> [What to produce]: Copy out exactly the lines from the start of the data to the line containing "e33 v32 v32". Include both.

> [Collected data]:

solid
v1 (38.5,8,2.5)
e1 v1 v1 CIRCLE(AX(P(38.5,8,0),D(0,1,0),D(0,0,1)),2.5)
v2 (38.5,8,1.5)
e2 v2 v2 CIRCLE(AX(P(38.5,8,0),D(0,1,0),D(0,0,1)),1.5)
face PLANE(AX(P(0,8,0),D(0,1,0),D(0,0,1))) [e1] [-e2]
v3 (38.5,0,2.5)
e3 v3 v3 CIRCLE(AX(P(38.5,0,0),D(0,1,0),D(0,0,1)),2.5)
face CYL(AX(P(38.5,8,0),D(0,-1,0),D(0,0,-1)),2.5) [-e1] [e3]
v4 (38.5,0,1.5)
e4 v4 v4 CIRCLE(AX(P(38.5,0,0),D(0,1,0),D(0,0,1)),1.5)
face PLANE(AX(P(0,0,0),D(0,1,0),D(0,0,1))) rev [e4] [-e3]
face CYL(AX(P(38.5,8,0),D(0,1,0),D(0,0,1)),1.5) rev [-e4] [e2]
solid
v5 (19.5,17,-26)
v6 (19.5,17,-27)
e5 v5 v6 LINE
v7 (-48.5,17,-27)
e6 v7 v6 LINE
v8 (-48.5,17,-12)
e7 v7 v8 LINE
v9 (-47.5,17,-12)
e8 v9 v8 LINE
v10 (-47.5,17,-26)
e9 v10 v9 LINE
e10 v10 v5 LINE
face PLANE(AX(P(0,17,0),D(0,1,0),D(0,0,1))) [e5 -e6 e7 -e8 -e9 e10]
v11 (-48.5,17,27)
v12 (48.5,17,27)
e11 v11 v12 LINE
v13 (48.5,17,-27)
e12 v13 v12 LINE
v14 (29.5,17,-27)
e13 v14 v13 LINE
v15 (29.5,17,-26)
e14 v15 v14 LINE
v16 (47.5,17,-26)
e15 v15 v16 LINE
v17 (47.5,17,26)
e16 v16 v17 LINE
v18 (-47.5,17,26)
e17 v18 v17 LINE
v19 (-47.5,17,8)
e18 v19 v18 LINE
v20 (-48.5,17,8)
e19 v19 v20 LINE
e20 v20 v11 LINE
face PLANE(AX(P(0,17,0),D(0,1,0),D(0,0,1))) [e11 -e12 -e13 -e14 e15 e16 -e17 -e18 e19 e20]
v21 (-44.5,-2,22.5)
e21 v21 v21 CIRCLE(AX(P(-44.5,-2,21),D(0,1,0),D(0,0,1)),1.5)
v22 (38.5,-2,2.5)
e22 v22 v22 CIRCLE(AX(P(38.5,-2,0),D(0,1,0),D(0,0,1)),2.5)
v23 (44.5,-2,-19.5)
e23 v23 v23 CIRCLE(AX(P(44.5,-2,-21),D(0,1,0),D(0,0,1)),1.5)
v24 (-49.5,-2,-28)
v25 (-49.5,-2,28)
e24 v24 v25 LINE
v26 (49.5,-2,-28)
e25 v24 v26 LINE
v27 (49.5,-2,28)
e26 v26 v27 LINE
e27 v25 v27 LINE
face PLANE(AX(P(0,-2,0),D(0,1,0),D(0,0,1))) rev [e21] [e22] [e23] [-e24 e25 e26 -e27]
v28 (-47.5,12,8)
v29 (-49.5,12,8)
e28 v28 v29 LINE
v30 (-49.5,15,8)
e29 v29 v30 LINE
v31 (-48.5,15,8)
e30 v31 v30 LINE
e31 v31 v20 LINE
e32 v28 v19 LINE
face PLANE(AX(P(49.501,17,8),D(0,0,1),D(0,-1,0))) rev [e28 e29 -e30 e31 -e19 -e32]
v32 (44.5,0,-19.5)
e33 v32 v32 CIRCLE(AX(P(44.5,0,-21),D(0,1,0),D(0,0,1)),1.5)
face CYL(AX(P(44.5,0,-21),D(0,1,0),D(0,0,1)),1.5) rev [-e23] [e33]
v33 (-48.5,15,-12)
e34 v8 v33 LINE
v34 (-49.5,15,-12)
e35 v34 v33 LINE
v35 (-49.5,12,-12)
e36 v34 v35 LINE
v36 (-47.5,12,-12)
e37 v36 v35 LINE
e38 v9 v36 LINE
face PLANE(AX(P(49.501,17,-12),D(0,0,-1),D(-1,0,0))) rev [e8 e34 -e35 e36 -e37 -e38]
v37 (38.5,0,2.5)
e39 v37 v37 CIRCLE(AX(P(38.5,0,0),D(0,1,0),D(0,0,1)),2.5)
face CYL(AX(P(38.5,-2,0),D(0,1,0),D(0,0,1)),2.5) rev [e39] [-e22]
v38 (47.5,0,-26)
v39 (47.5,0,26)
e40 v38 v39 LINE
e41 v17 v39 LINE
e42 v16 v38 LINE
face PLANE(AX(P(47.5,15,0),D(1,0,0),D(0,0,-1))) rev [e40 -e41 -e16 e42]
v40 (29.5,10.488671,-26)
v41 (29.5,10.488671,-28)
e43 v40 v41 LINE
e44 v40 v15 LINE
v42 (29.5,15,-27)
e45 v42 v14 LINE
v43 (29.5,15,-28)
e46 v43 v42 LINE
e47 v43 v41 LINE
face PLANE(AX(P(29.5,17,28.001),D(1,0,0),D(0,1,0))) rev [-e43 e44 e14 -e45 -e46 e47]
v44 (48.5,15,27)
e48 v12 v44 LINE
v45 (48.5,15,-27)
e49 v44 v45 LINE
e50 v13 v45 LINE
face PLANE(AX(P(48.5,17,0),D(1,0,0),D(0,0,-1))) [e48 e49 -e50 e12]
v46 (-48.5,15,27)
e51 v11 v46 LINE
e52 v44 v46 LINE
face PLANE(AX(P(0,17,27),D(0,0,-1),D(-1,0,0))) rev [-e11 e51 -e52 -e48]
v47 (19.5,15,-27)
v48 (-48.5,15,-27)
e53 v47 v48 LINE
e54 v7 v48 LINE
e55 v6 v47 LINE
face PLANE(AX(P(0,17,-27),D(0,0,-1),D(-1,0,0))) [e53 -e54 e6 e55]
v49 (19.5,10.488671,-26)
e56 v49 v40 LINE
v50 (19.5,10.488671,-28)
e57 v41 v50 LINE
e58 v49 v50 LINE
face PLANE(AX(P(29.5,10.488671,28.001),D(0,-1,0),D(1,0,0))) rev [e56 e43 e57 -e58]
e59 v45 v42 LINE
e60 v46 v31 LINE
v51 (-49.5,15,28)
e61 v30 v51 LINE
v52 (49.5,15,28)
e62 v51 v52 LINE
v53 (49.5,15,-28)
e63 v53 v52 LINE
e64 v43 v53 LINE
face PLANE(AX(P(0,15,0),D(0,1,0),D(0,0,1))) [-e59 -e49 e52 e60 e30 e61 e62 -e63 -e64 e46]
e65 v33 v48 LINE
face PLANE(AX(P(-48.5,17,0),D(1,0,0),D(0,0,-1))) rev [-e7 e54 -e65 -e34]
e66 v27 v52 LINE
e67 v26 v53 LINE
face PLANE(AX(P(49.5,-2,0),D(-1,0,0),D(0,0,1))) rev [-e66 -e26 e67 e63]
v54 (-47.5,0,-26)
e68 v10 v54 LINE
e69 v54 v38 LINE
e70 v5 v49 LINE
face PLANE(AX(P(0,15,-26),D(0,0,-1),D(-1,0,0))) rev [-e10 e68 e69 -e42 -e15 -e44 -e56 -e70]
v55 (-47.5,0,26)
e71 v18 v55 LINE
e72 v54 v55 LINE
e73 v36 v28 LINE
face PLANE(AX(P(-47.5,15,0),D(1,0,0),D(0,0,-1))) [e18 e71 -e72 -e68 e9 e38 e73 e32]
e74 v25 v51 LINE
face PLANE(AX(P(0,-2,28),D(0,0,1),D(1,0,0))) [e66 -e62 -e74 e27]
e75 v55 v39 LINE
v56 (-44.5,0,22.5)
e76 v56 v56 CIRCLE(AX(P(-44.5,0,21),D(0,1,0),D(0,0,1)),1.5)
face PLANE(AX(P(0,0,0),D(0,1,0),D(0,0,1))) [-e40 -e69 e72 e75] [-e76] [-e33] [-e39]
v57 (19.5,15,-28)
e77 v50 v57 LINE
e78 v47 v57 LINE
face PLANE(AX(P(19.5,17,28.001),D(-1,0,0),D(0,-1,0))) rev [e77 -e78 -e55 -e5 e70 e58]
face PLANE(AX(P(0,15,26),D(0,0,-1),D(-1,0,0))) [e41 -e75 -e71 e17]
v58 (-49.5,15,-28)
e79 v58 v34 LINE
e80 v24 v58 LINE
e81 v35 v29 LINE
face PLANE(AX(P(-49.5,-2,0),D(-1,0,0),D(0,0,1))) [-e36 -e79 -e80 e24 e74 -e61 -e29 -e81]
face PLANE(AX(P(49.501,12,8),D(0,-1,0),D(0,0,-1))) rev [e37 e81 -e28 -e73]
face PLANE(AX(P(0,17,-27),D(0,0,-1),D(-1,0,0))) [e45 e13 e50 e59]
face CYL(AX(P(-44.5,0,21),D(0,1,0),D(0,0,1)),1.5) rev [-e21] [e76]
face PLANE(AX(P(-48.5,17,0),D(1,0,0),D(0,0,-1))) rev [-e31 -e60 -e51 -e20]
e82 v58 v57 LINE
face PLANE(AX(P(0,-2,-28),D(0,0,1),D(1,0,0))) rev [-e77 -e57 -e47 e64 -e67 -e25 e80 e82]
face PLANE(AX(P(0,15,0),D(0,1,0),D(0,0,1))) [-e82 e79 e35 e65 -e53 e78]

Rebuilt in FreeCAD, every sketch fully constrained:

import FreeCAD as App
import Part
import Sketcher
from FreeCAD import Vector
Q = App.Units.Quantity

doc = App.newDocument("Part")
body = doc.addObject("PartDesign::Body", "Body")

# Sketch on XZ plane
sketch1 = body.newObject("Sketcher::SketchObject", "Sketch")
sketch1.AttachmentSupport = (doc.getObject("XZ_Plane"), [""])
sketch1.MapMode = "FlatFace"
sketch1.addGeometry(Part.Circle(Vector(38.5, 0, 0), Vector(0, 0, 1), 2.5), False)
sketch1.addConstraint([
    Sketcher.Constraint("PointOnObject", 0, 3, -1),
    Sketcher.Constraint("Diameter", 0, Q("5 mm")),
    Sketcher.Constraint("DistanceX", -1, 1, 0, 3, Q("38.5 mm")),
])
pad1 = body.newObject("PartDesign::Pad", "Pad")
pad1.Profile = sketch1
pad1.Length = 8
pad1.Reversed = True

# Sketch on YZ plane
sketch2 = body.newObject("Sketcher::SketchObject", "Sketch001")
sketch2.AttachmentSupport = (doc.getObject("YZ_Plane"), [""])
sketch2.MapMode = "FlatFace"
sketch2.AttachmentOffset = App.Placement(Vector(0, 0, 38.5), App.Rotation())
sketch2.addGeometry([
    Part.LineSegment(Vector(-2, 0, 0), Vector(8, 0, 0)),
    Part.LineSegment(Vector(8, 0, 0), Vector(8, 1.5, 0)),
    Part.LineSegment(Vector(8, 1.5, 0), Vector(-2, 1.5, 0)),
    Part.LineSegment(Vector(-2, 1.5, 0), Vector(-2, 0, 0)),
], False)
sketch2.addConstraint([
    Sketcher.Constraint("Coincident", 0, 2, 1, 1),
    Sketcher.Constraint("Coincident", 1, 2, 2, 1),
    Sketcher.Constraint("Coincident", 2, 2, 3, 1),
    Sketcher.Constraint("Coincident", 3, 2, 0, 1),
    Sketcher.Constraint("Horizontal", 0),
    Sketcher.Constraint("Vertical", 1),
    Sketcher.Constraint("Horizontal", 2),
    Sketcher.Constraint("Vertical", 3),
    Sketcher.Constraint("PointOnObject", 0, 2, -1),
    Sketcher.Constraint("DistanceX", 0, 1, 0, 2, Q("10 mm")),
    Sketcher.Constraint("DistanceY", 1, 1, 1, 2, Q("1.5 mm")),
    Sketcher.Constraint("DistanceX", -1, 1, 0, 2, Q("8 mm")),
])
groove = body.newObject("PartDesign::Groove", "Groove")
groove.Profile = sketch2
groove.ReferenceAxis = (sketch2, ["H_Axis"])
groove.Angle = 360
body2 = doc.addObject("PartDesign::Body", "Body001")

> [Written solution]:
solid
v1 (38.5,8,2.5)
e1 v1 v1 CIRCLE(AX(P(38.5,8,0),D(0,1,0),D(0,0,1)),2.5)
v2 (38.5,8,1.5)
e2 v2 v2 CIRCLE(AX(P(38.5,8,0),D(0,1,0),D(0,0,1)),1.5)
face PLANE(AX(P(0,8,0),D(0,1,0),D(0,0,1))) [e1] [-e2]
v3 (38.5,0,2.5)
e3 v3 v3 CIRCLE(AX(P(38.5,0,0),D(0,1,0),D(0,0,1)),2.5)
face CYL(AX(P(38.5,8,0),D(0,-1,0),D(0,0,-1)),2.5) [-e1] [e3]
v4 (38.5,0,1.5)
e4 v4 v4 CIRCLE(AX(P(38.5,0,0),D(0,1,0),D(0,0,1)),1.5)
face PLANE(AX(P(0,0,0),D(0,1,0),D(0,0,1))) rev [e4] [-e3]
face CYL(AX(P(38.5,8,0),D(0,1,0),D(0,0,1)),1.5) rev [-e4] [e2]
solid
v5 (19.5,17,-26)
v6 (19.5,17,-27)
e5 v5 v6 LINE
v7 (-48.5,17,-27)
e6 v7 v6 LINE
v8 (-48.5,17,-12)
e7 v7 v8 LINE
v9 (-47.5,17,-12)
e8 v9 v8 LINE
v10 (-47.5,17,-26)
e9 v10 v9 LINE
e10 v10 v5 LINE
face PLANE(AX(P(0,17,0),D(0,1,0),D(0,0,1))) [e5 -e6 e7 -e8 -e9 e10]
v11 (-48.5,17,27)
v12 (48.5,17,27)
e11 v11 v12 LINE
v13 (48.5,17,-27)
e12 v13 v12 LINE
v14 (29.5,17,-27)
e13 v14 v13 LINE
v15 (29.5,17,-26)
e14 v15 v14 LINE
v16 (47.5,17,-26)
e15 v15 v16 LINE
v17 (47.5,17,26)
e16 v16 v17 LINE
v18 (-47.5,17,26)
e17 v18 v17 LINE
v19 (-47.5,17,8)
e18 v19 v18 LINE
v20 (-48.5,17,8)
e19 v19 v20 LINE
e20 v20 v11 LINE
face PLANE(AX(P(0,17,0),D(0,1,0),D(0,0,1))) [e11 -e12 -e13 -e14 e15 e16 -e17 -e18 e19 e20]
v21 (-44.5,-2,22.5)
e21 v21 v21 CIRCLE(AX(P(-44.5,-2,21),D(0,1,0),D(0,0,1)),1.5)
v22 (38.5,-2,2.5)
e22 v22 v22 CIRCLE(AX(P(38.5,-2,0),D(0,1,0),D(0,0,1)),2.5)
v23 (44.5,-2,-19.5)
e23 v23 v23 CIRCLE(AX(P(44.5,-2,-21),D(0,1,0),D(0,0,1)),1.5)
v24 (-49.5,-2,-28)
v25 (-49.5,-2,28)
e24 v24 v25 LINE
v26 (49.5,-2,-28)
e25 v24 v26 LINE
v27 (49.5,-2,28)
e26 v26 v27 LINE
e27 v25 v27 LINE
face PLANE(AX(P(0,-2,0),D(0,1,0),D(0,0,1))) rev [e21] [e22] [e23] [-e24 e25 e26 -e27]
v28 (-47.5,12,8)
v29 (-49.5,12,8)
e28 v28 v29 LINE
v30 (-49.5,15,8)
e29 v29 v30 LINE
v31 (-48.5,15,8)
e30 v31 v30 LINE
e31 v31 v20 LINE
e32 v28 v19 LINE
face PLANE(AX(P(49.501,17,8),D(0,0,1),D(0,-1,0))) rev [e28 e29 -e30 e31 -e19 -e32]
v32 (44.5,0,-19.5)
e33 v32 v32 CIRCLE(AX(P(44.5,0,-21),D(0,1,0),D(0,0,1)),1.5)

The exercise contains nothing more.